Look through the data and write out every line with the word "PLANE" in it.

========================================

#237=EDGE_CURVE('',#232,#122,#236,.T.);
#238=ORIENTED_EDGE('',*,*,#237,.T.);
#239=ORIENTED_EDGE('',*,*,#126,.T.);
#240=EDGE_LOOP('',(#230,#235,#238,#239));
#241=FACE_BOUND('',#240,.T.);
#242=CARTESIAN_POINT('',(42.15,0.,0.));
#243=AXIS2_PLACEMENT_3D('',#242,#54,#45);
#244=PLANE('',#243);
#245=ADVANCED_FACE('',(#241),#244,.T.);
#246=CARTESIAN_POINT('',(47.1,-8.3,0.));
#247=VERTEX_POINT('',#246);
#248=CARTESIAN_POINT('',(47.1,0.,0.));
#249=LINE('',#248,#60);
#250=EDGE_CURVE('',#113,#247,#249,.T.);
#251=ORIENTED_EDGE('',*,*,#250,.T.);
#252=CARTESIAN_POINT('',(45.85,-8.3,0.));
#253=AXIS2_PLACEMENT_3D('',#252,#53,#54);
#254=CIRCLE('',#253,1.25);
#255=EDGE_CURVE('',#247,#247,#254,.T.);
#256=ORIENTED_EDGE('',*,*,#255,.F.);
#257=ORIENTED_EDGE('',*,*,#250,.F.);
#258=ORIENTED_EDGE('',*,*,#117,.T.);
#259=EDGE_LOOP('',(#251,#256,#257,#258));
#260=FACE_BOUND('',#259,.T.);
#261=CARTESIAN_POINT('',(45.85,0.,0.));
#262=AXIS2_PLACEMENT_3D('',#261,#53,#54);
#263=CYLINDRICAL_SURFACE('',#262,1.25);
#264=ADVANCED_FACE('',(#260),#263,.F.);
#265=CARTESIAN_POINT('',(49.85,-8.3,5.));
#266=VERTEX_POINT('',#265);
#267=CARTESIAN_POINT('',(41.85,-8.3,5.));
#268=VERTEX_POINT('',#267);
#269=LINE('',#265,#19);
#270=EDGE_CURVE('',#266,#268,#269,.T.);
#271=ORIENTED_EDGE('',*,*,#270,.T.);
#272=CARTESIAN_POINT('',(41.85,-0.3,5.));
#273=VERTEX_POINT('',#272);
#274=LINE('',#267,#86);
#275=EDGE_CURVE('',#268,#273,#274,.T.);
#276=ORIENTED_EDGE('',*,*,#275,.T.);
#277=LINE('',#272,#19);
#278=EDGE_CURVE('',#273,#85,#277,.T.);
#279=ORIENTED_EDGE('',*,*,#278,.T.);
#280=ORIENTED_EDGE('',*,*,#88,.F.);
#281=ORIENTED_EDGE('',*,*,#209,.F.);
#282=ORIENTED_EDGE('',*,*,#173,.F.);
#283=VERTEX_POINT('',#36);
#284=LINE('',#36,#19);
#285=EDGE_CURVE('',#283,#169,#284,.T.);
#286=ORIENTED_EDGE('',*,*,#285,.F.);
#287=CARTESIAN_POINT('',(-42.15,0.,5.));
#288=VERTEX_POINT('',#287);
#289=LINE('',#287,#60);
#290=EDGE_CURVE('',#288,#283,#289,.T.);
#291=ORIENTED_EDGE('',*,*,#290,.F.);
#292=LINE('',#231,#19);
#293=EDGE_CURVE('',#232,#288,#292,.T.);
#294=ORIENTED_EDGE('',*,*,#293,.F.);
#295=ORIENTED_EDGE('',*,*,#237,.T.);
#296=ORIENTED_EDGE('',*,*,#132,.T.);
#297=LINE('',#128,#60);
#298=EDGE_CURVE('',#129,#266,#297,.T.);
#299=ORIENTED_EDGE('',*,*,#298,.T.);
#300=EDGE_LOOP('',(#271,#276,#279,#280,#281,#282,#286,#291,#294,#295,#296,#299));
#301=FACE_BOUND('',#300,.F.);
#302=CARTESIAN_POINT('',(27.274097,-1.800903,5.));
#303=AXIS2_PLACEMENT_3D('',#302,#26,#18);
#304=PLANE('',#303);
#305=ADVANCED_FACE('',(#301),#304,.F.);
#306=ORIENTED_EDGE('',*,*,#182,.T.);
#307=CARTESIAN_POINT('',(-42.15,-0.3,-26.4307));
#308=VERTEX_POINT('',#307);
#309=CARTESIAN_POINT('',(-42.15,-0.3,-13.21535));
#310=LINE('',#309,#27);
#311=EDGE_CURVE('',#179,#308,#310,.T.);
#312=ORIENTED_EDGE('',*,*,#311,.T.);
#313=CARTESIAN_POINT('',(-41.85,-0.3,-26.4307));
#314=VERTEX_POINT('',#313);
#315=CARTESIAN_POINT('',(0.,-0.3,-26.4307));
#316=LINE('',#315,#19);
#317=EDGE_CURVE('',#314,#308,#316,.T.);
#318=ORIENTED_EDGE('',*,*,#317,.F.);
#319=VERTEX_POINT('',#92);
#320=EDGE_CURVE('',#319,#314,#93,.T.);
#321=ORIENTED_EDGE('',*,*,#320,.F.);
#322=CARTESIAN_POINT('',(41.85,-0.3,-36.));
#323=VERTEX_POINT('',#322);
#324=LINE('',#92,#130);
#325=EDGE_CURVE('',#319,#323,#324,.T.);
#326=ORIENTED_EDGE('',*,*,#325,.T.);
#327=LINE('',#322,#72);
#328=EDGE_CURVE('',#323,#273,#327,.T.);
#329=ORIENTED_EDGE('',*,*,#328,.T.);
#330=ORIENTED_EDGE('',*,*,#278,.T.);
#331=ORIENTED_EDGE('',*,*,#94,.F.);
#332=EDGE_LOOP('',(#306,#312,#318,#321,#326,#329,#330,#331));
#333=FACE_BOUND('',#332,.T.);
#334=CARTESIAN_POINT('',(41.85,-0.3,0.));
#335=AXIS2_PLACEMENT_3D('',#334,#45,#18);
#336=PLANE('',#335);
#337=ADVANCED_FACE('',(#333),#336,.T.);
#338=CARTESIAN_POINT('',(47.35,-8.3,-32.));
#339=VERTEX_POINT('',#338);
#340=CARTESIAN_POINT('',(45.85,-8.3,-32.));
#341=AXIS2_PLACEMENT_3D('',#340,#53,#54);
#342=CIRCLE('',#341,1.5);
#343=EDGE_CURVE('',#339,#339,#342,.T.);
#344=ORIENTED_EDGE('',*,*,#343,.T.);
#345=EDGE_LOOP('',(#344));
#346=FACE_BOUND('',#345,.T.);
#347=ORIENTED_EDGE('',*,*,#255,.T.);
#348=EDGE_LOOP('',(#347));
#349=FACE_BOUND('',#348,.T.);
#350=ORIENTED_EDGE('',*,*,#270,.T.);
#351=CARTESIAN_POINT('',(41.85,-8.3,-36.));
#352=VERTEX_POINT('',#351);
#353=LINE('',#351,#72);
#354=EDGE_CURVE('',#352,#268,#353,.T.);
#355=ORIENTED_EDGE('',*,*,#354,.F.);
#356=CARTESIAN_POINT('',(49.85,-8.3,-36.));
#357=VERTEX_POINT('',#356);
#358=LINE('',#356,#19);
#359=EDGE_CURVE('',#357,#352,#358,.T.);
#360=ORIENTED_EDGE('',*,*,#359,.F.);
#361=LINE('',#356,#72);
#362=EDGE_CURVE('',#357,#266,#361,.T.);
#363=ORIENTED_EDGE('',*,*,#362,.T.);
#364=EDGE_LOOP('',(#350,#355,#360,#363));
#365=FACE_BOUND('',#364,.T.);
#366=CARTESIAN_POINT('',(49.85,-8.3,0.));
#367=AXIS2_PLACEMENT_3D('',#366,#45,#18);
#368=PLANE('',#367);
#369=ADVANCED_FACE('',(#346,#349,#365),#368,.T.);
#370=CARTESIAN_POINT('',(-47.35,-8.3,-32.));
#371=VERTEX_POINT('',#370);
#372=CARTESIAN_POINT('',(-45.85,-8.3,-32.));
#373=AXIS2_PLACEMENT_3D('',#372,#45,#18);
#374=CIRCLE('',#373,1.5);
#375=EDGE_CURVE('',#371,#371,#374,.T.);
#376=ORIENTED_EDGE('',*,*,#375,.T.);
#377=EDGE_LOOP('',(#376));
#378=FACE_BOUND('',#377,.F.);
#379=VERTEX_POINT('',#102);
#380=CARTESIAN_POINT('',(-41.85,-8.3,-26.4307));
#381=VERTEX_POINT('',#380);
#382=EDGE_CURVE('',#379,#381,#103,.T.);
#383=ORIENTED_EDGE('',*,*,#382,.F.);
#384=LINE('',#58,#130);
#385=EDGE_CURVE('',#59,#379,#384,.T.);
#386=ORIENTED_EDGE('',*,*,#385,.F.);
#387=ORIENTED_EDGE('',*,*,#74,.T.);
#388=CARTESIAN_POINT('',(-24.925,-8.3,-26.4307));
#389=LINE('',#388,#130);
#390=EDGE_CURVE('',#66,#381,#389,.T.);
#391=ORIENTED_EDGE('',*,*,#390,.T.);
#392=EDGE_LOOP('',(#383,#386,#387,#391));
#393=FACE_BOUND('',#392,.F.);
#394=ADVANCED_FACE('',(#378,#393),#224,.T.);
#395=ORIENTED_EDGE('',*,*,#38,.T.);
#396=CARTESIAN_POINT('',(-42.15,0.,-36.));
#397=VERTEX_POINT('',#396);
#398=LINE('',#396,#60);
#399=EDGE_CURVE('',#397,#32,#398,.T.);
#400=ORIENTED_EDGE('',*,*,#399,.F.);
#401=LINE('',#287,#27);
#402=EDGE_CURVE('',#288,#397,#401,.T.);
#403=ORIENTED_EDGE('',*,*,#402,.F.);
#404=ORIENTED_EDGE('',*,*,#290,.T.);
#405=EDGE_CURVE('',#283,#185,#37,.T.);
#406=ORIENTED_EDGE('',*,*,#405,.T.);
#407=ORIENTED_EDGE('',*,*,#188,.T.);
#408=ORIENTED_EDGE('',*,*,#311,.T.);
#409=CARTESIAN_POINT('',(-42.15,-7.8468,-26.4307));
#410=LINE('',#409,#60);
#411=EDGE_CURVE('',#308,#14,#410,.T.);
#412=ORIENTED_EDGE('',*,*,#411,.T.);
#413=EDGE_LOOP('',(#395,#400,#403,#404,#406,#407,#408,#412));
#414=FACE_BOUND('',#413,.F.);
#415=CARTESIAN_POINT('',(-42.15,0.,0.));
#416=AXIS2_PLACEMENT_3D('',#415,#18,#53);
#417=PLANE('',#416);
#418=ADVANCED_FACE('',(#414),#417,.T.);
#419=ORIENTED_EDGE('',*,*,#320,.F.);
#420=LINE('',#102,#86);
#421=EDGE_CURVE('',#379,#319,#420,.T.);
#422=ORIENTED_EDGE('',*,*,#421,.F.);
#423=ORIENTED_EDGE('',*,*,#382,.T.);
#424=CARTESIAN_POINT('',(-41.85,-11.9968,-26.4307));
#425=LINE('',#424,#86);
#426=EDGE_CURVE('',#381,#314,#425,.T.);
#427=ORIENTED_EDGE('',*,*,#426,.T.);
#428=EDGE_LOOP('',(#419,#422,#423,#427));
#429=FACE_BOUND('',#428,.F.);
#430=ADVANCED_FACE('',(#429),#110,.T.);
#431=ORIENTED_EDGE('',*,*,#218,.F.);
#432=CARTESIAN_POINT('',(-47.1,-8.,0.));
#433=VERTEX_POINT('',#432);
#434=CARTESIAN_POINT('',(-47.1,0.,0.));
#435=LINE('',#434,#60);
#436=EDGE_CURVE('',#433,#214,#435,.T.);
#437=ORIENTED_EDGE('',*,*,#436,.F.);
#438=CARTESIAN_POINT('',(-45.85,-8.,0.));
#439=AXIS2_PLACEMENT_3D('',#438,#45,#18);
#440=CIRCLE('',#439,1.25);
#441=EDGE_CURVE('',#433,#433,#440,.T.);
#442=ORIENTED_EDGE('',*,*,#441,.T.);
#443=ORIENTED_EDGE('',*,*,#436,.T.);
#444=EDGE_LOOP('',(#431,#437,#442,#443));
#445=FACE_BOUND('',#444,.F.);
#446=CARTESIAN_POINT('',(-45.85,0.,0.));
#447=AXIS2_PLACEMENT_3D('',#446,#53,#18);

========================================

→ **RESULT FOR THIS EXERCISE**:
#244=PLANE('',#243);
#304=PLANE('',#303);
#336=PLANE('',#335);
#368=PLANE('',#367);
#417=PLANE('',#416);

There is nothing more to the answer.